Why Perforce is scalable, and Git is not - someone_here
http://stevehanov.ca/blog/index.php?id=50

======
mechanical_fish
_When I say large, I mean about 6 gigs or so. Because your company's source
tree is probably that large._

Yes, if your company's source tree is that large you might have to use a
different VCS. Or: Come up with a much smarter way to manage large binary
assets, which presumably are the reason why your repos are so bloated. (If
you've got 6GB of text files in your project, you probably have much bigger
problems than your choice of VCS.)

I wonder if one could use the moral equivalent of git submodules. Don't manage
giant binary blobs by committing them into git.
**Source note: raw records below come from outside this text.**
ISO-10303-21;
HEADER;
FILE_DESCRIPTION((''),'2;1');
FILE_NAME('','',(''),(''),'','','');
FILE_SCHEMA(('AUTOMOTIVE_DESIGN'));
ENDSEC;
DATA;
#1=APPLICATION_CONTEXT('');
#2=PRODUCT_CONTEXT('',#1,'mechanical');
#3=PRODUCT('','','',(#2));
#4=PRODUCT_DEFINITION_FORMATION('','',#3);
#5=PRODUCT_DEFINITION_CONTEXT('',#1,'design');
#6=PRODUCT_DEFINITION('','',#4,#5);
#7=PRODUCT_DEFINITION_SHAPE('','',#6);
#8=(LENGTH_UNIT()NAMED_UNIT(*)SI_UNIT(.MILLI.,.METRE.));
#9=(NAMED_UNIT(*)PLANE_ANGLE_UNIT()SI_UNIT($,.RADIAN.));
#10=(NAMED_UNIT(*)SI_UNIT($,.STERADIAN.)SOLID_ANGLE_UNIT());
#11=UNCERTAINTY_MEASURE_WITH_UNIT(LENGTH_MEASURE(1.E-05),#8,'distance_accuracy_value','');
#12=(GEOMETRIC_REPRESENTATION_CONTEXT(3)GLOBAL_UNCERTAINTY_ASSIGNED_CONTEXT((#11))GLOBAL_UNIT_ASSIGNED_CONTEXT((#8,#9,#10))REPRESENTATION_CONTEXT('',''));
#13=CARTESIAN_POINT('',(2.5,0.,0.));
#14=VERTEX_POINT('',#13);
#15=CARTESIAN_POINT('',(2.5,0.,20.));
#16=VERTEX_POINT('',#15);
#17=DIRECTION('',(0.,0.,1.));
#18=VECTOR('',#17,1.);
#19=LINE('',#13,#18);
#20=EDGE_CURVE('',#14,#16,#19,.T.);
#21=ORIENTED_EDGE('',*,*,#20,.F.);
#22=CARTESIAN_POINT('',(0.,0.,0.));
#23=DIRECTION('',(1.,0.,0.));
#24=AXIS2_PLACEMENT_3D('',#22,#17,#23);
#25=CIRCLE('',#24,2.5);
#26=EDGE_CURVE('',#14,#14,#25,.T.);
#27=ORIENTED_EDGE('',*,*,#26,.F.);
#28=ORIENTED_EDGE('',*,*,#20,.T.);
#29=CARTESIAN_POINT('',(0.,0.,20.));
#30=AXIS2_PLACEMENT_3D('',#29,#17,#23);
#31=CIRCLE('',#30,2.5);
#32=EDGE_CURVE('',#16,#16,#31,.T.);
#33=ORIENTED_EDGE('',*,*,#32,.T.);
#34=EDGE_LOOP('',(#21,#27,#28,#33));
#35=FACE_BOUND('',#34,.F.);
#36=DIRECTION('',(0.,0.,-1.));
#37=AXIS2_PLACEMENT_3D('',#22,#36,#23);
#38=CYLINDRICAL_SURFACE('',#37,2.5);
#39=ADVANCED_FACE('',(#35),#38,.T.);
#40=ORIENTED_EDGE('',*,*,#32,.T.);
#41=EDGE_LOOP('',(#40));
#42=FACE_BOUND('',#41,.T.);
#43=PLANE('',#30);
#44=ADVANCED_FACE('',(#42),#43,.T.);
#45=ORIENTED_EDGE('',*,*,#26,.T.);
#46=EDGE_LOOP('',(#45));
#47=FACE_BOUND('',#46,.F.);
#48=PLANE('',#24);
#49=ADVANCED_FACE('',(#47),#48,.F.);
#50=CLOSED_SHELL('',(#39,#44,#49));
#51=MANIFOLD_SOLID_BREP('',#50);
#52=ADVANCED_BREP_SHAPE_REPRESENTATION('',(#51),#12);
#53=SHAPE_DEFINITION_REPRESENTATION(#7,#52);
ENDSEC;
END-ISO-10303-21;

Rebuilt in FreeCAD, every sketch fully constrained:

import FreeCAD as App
import Part
import Sketcher

V = App.Vector
Q = App.Units.Quantity

doc = App.newDocument("Part")
body = doc.addObject("PartDesign::Body", "Body")

# Sketch on XY plane
sketch1 = doc.addObject("Sketcher::SketchObject", "Sketch")
body.addObject(sketch1)
sketch1.AttachmentSupport = (doc.XY_Plane, [""])
sketch1.MapMode = "FlatFace"
sketch1.addGeometry(Part.Circle(V(0, 0, 0), V(0, 0, 1), 2.5), False)
sketch1.addConstraint([
    Sketcher.Constraint("Coincident", 0, 3, -1, 1),
    Sketcher.Constraint("Diameter", 0, Q("5 mm")),
])
pad1 = doc.addObject("PartDesign::Pad", "Pad")
body.addObject(pad1)
pad1.Profile = sketch1
pad1.Length = 20

doc.recompute()
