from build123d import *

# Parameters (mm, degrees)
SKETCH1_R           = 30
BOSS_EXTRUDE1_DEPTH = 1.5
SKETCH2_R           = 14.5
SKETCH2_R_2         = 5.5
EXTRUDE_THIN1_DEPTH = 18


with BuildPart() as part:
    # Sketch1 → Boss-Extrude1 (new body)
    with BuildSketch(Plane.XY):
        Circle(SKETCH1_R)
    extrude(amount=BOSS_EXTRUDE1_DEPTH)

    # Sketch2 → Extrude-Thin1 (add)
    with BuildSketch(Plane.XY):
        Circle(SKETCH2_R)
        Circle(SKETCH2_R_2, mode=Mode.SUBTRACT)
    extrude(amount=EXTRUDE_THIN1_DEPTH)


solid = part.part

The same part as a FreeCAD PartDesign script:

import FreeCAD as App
import Part
import Sketcher
Q = App.Units.Quantity

doc = App.newDocument("Part")
body = doc.addObject("PartDesign::Body", "Body")

sketch1 = body.newObject("Sketcher::SketchObject", "Sketch")
sketch1.AttachmentSupport = (doc.getObject("XY_Plane"), [""])
sketch1.MapMode = "FlatFace"
sketch1.addGeometry(Part.Circle(App.Vector(0, 0, 0), App.Vector(0, 0, 1), 30), False)
sketch1.addConstraint([
    Sketcher.Constraint("Coincident", 0, 3, -1, 1),
    Sketcher.Constraint("Diameter", 0, Q("60 mm")),
])
pad1 = body.newObject("PartDesign::Pad", "Pad")
pad1.Profile = sketch1
pad1.Length = 1.5

sketch2 = body.newObject("Sketcher::SketchObject", "Sketch001")
sketch2.AttachmentSupport = (doc.getObject("XY_Plane"), [""])
sketch2.MapMode = "FlatFace"
sketch2.addGeometry([
    Part.Circle(App.Vector(0, 0, 0), App.Vector(0, 0, 1), 14),
    Part.Circle(App.Vector(0, 0, 0), App.Vector(0, 0, 1), 6),
], False)
sketch2.addConstraint([
    Sketcher.Constraint("Coincident", 0, 3, -1, 1),
    Sketcher.Constraint("Coincident", 1, 3, -1, 1),
    Sketcher.Constraint("Diameter", 0, Q("29 mm")),
    Sketcher.Constraint("Diameter", 1, Q("11 mm")),
])
pad2 = body.newObject("PartDesign::Pad", "Pad001")
pad2.Profile = sketch2
pad2.Length = 18

doc.recompute()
Instead store the giant binary
blobs in Amazon S3 (or the moral equivalent), and write some hooks and tools
that maintain a separate local cache of those giant binary blobs, with
symlinks pointing into the cache from your local working copy of the git repo.
Then assign each version of each blob a UUID, maintain a big file listing
those UUIDs and the associated S3 URLs, and check that file into git. You
might end up having to run scripts like "blob commit" or "blob update
symlinks" now and then, but even that might be able to be fully automated via
git hooks.

Has someone written a library that does something like this? Looks like a job
for Ruby or Python.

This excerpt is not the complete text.